しばらくすると、萌先輩が例のにがり水を片手に現れた。
「……なんとか仲直り出来たみたいやな。ほな、幻界に行こかぁ!」
「えーと、何考えてるんですか? まだ授業ありますけど……」
さっき一時間目が終わったばかりなのに、この先輩は後の授業を放棄して幻界に行こうとしているのだ。
絶対に正気じゃないだろ。
「だいじょーぶや! 今はあくまで生徒会の呼び出しを喰らっとるんやで、ウチが言わんければ問題ないっ!
せやから、はよ幻界行こっ!」
「いやいや、もし行くにしてもミカドが無ければ無理……だよな?」
指摘しつつ、一応現所有者の聖子を見ると……分厚い本を小脇に抱えている。
あれ、さっき返した小説はもっと小さかったはずだが?
「えーと、その……持って来ちゃった」
どうやら反応に困っていたみたいで、数秒目を泳がせた挙句〝テヘッ〟と舌を出す聖子。
さてはこいつも授業サボる気満々だったな……。
「はぁ……どれくらい幻界にいるつもりですか?」
「うーん。まぁ午後の授業から出ればえぇで、こっちの時間で大体四時間やな」
つまり幻界では二十時間。それだけあれば、シュン奪還の作戦もスムーズに行けば終了することが出来るだろう。
「了解です。それじゃ聖子、ミカドを開い……どした?」
「はわっ! な、あな、何でもないよっ!」
聖子は俺が呼びかけた途端に、顔を紅潮させ激しく狼狽する。訳が分からん。
言われるままにミカドを机に置いた聖子は、どこか嬉しそうな雰囲気を醸し出していた。
さっきまでの悲愴感は一体何処へやら……。
『ふむ……この様子だと、きちんと仲直り出来たみたいだな。
だがしかし、平日の昼間だというのに幻界に行っても平気なのか?』
ミカドはもっともな疑問を文に著してぶつけてくるが、主犯格たる萌先輩はさもありなんといった表情で胸を張る。
「ウチの使える権利をフル活用しただけや。

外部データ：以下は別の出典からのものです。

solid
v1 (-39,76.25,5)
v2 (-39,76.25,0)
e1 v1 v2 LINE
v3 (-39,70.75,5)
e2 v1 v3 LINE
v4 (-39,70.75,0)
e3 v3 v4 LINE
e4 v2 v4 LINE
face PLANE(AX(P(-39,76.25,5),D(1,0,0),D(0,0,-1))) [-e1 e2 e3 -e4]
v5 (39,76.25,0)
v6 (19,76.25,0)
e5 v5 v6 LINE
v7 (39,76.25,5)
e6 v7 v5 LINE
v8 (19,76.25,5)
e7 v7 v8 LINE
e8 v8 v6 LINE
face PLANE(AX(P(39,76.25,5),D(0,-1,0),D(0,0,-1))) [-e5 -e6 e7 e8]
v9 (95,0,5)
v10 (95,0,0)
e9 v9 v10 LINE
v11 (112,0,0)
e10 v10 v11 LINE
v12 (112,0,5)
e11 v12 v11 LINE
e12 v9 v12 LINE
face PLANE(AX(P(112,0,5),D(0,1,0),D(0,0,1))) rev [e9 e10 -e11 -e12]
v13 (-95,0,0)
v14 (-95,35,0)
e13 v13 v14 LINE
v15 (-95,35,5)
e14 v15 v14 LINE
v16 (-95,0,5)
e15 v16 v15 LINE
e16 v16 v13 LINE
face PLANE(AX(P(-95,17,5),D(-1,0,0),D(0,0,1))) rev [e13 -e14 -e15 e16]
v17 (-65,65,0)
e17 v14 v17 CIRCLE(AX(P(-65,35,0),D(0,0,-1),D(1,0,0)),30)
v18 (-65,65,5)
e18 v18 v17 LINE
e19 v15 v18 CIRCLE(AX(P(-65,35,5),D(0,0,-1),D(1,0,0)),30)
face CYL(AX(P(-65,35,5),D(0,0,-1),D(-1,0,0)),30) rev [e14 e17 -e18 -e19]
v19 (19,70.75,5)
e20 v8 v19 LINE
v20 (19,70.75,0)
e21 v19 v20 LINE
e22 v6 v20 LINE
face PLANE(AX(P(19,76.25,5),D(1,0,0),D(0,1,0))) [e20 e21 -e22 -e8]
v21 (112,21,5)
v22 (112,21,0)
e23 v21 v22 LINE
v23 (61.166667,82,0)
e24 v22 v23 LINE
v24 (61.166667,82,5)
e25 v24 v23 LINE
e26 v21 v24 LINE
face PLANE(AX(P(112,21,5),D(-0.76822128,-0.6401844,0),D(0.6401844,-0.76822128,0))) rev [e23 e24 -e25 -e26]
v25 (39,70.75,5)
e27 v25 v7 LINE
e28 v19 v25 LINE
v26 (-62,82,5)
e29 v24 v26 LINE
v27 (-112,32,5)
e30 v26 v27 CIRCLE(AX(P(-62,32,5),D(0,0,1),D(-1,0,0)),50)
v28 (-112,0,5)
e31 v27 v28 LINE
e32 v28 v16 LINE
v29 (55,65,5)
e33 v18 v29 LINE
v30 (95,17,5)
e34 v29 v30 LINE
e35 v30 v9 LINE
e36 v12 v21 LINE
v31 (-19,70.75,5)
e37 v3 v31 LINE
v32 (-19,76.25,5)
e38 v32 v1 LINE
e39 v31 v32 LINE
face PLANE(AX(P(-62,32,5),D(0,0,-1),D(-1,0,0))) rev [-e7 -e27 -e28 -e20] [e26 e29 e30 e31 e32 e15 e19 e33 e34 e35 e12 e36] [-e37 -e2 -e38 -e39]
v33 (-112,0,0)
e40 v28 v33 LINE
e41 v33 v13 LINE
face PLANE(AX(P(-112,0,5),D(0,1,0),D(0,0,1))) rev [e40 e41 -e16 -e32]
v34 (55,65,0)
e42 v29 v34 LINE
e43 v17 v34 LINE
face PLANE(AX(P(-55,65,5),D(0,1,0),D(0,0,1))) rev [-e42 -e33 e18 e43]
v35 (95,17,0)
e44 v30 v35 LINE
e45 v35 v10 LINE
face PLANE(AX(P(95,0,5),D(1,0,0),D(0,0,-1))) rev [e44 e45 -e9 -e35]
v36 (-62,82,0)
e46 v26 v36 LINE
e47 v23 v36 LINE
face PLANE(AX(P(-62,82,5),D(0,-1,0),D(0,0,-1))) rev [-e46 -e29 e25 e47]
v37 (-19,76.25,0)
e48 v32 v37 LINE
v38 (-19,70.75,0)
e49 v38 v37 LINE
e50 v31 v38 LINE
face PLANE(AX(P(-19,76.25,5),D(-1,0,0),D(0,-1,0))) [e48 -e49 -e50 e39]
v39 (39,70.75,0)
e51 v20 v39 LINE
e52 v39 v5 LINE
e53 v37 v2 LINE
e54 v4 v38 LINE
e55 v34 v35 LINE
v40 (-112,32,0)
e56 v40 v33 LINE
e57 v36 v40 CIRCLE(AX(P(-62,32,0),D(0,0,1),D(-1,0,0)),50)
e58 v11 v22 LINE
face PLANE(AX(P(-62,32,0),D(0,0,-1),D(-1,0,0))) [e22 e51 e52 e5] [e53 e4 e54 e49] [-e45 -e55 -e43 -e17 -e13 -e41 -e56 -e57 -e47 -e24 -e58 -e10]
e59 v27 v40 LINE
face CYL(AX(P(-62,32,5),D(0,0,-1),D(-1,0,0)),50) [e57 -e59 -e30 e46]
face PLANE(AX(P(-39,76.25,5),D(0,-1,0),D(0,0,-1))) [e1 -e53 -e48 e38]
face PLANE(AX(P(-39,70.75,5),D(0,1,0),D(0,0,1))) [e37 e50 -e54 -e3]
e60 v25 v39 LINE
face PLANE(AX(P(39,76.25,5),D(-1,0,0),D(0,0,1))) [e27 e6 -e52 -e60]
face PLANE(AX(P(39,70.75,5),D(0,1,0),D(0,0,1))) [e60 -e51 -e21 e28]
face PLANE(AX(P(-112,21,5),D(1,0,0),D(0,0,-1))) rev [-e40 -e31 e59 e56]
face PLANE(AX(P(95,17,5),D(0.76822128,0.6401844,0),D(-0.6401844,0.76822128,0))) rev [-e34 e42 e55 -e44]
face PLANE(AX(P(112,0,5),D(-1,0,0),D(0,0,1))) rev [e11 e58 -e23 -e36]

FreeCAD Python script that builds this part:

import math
import FreeCAD as App
import Part
import Sketcher
Q = App.Units.Quantity


def add_polygon(sketch, points):
    """Adds a closed chain of lines whose ends are joined by coincident constraints."""
    first, n = sketch.GeometryCount, len(points)
    for a, b in zip(points, points[1:] + points[:1]):
        sketch.addGeometry(Part.LineSegment(App.Vector(*a, 0), App.Vector(*b, 0)), False)
    for i in range(n):
        sketch.addConstraint(Sketcher.Constraint("Coincident", first + i, 2, first + (i + 1) % n, 1))

doc = App.newDocument("Part")
params = doc.addObject("Spreadsheet::Sheet", "Params")
for row, (alias, value) in enumerate([
    ("sketch1_radius", "30 mm"),
    ("sketch1_radius2", "50 mm"),
    ("sketch1_width", "17 mm"),
    ("sketch1_width2", "120 mm"),
    ("sketch1_width3", "20 mm"),
    ("pad1_length", "5 mm"),
], start=1):
    params.set(f"A{row}", alias)
    params.set(f"B{row}", "=" + value)
    params.setAlias(f"B{row}", alias)

body = doc.addObject("PartDesign::Body", "Body")

# Sketch on XY plane
sketch1 = doc.addObject("Sketcher::SketchObject", "Sketch")
body.addObject(sketch1)
sketch1.AttachmentSupport = (doc.XY_Plane, [""])
sketch1.MapMode = "FlatFace"
sketch1.addGeometry(Part.LineSegment(App.Vector(-112, 0, 0), App.Vector(-95, 0, 0)), False)  # 0
sketch1.addGeometry(Part.LineSegment(App.Vector(-95, 0, 0), App.Vector(-95, 35, 0)), False)  # 1
sketch1.addGeometry(Part.ArcOfCircle(Part.Circle(App.Vector(-65, 35, 0), App.Vector(0, 0, 1), 30), math.radians(90), math.radians(180)), False)  # 2
sketch1.addGeometry(Part.LineSegment(App.Vector(-65, 65, 0), App.Vector(55, 65, 0)), False)  # 3
sketch1.addGeometry(Part.LineSegment(App.Vector(55, 65, 0), App.Vector(95, 17, 0)), False)  # 4
sketch1.addGeometry(Part.LineSegment(App.Vector(95, 17, 0), App.Vector(95, 0, 0)), False)  # 5
sketch1.addGeometry(Part.LineSegment(App.Vector(95, 0, 0), App.Vector(112, 0, 0)), False)  # 6
sketch1.addGeometry(Part.LineSegment(App.Vector(112, 0, 0), App.Vector(112, 21, 0)), False)  # 7
sketch1.addGeometry(Part.LineSegment(App.Vector(112, 21, 0), App.Vector(61, 82, 0)), False)  # 8
sketch1.addGeometry(Part.LineSegment(App.Vector(61, 82, 0), App.Vector(-62, 82, 0)), False)  # 9
sketch1.addGeometry(Part.ArcOfCircle(Part.Circle(App.Vector(-62, 32, 0), App.Vector(0, 0, 1), 50), math.radians(90), math.radians(180)), False)  # 10
sketch1.addGeometry(Part.LineSegment(App.Vector(-112, 32, 0), App.Vector(-112, 0, 0)), False)  # 11
add_polygon(sketch1, [(-19, 71), (-39, 71), (-39, 76), (-19, 76)])  # lines 12-15
add_polygon(sketch1, [(39, 71), (19, 71), (19, 76), (39, 76)])  # lines 16-19
sketch1.addConstraint([
    Sketcher.Constraint("Coincident", 0, 2, 1, 1),
    Sketcher.Constraint("Tangent", 1, 2, 2, 2),
    Sketcher.Constraint("Tangent", 2, 1, 3, 1),
    Sketcher.Constraint("Coincident", 3, 2, 4, 1),
    Sketcher.Constraint("Coincident", 4, 2, 5, 1),
    Sketcher.Constraint("Coincident", 5, 2, 6, 1),
    Sketcher.Constraint("Coincident", 6, 2, 7, 1),
    Sketcher.Constraint("Coincident", 7, 2, 8, 1),
    Sketcher.Constraint("Coincident", 8, 2, 9, 1),
    Sketcher.Constraint("Tangent", 9, 2, 10, 1),
    Sketcher.Constraint("Tangent", 10, 2, 11, 1),
    Sketcher.Constraint("Coincident", 11, 2, 0, 1),
    Sketcher.Constraint("Horizontal", 0),
    Sketcher.Constraint("Vertical", 1),
    Sketcher.Constraint("Horizontal", 3),
    Sketcher.Constraint("Vertical", 5),
    Sketcher.Constraint("Horizontal", 6),
    Sketcher.Constraint("Vertical", 7),
    Sketcher.Constraint("Horizontal", 9),
    Sketcher.Constraint("Vertical", 11),
    Sketcher.Constraint("Horizontal", 12),
    Sketcher.Constraint("Vertical", 13),
    Sketcher.Constraint("Horizontal", 14),
    Sketcher.Constraint("Vertical", 15),
    Sketcher.Constraint("Horizontal", 16),
    Sketcher.Constraint("Vertical", 17),
    Sketcher.Constraint("Horizontal", 18),
    Sketcher.Constraint("Vertical", 19),
    Sketcher.Constraint("Symmetric", 0, 2, 5, 2, -1, 1),
    Sketcher.Constraint("Symmetric", 6, 2, 11, 2, -2),
    Sketcher.Constraint("Symmetric", 15, 2, 16, 2, -2),
    Sketcher.Constraint("Symmetric", 13, 2, 18, 2, -2),
    Sketcher.Constraint("Parallel", 4, 8),
    Sketcher.Constraint("Equal", 6, 5),
    Sketcher.Constraint("Radius", 2, Q("30 mm")),
    Sketcher.Constraint("Radius", 10, Q("50 mm")),
    Sketcher.Constraint("DistanceX", 0, 1, 0, 2, Q("17 mm")),
    Sketcher.Constraint("DistanceX", 3, 1, 3, 2, Q("120 mm")),
    Sketcher.Constraint("DistanceX", 12, 2, 12, 1, Q("20 mm")),
    Sketcher.Constraint("DistanceY", 1, 1, 1, 2, Q("35 mm")),
    Sketcher.Constraint("DistanceY", 7, 1, 7, 2, Q("21 mm")),
    Sketcher.Constraint("DistanceY", 11, 2, 11, 1, Q("32 mm")),
    Sketcher.Constraint("DistanceY", 13, 1, 13, 2, Q("5.5 mm")),
    Sketcher.Constraint("DistanceX", 2, 3, -1, 1, Q("65 mm")),
    Sketcher.Constraint("DistanceX", 12, 2, -1, 1, Q("39 mm")),
    Sketcher.Constraint("DistanceY", -1, 1, 12, 2, Q("70.75 mm")),
])
sketch1.setExpression("Constraints[42]", "Params.sketch1_radius")
sketch1.setExpression("Constraints[43]", "Params.sketch1_radius2")
sketch1.setExpression("Constraints[44]", "Params.sketch1_width")
sketch1.setExpression("Constraints[45]", "Params.sketch1_width2")
sketch1.setExpression("Constraints[46]", "Params.sketch1_width3")
pad1 = doc.addObject("PartDesign::Pad", "Pad")
body.addObject(pad1)
pad1.Profile = sketch1
pad1.setExpression("Length", "Params.pad1_length")

doc.recompute()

ノープログラムやっ!」
自信たっぷりに言い放った言葉に、俺と聖子は目を見合わせ絶句してしまう。
指摘したくは無いが、間違いに気付かないのも可哀想なので、渋々指摘することにした。
「あのー……〝プロブレム〟です。そこまで行くと結構重症ですよ?」
この人の英語力は、時々目を覆いたくなるものがある。
初めて幻界に来たときによく〝ジェネレート〟の英単語を言えたなぁ。奇跡とは重なって起こるものだな、うん。
「オホン、まぁそないなことはどうでもえぇ。とにかくウチらは幻界に行くで?」
俺の指摘はどうでもえぇと一蹴されてしまい、がっくりと肩を落とすしかなかった。
ミカドも空気を呼んで何も反応せず、いつもの文章を浮かび上がらせる。
『我らの世界を、その身を以って確かめたいか?』
「「「はい」」」
三人の声が重なると、文字列が消え新たな文章が浮かび上がった。
『では、行くがよい』
そして俺たちは想創光に包まれ、ミカドの内部へと侵入する。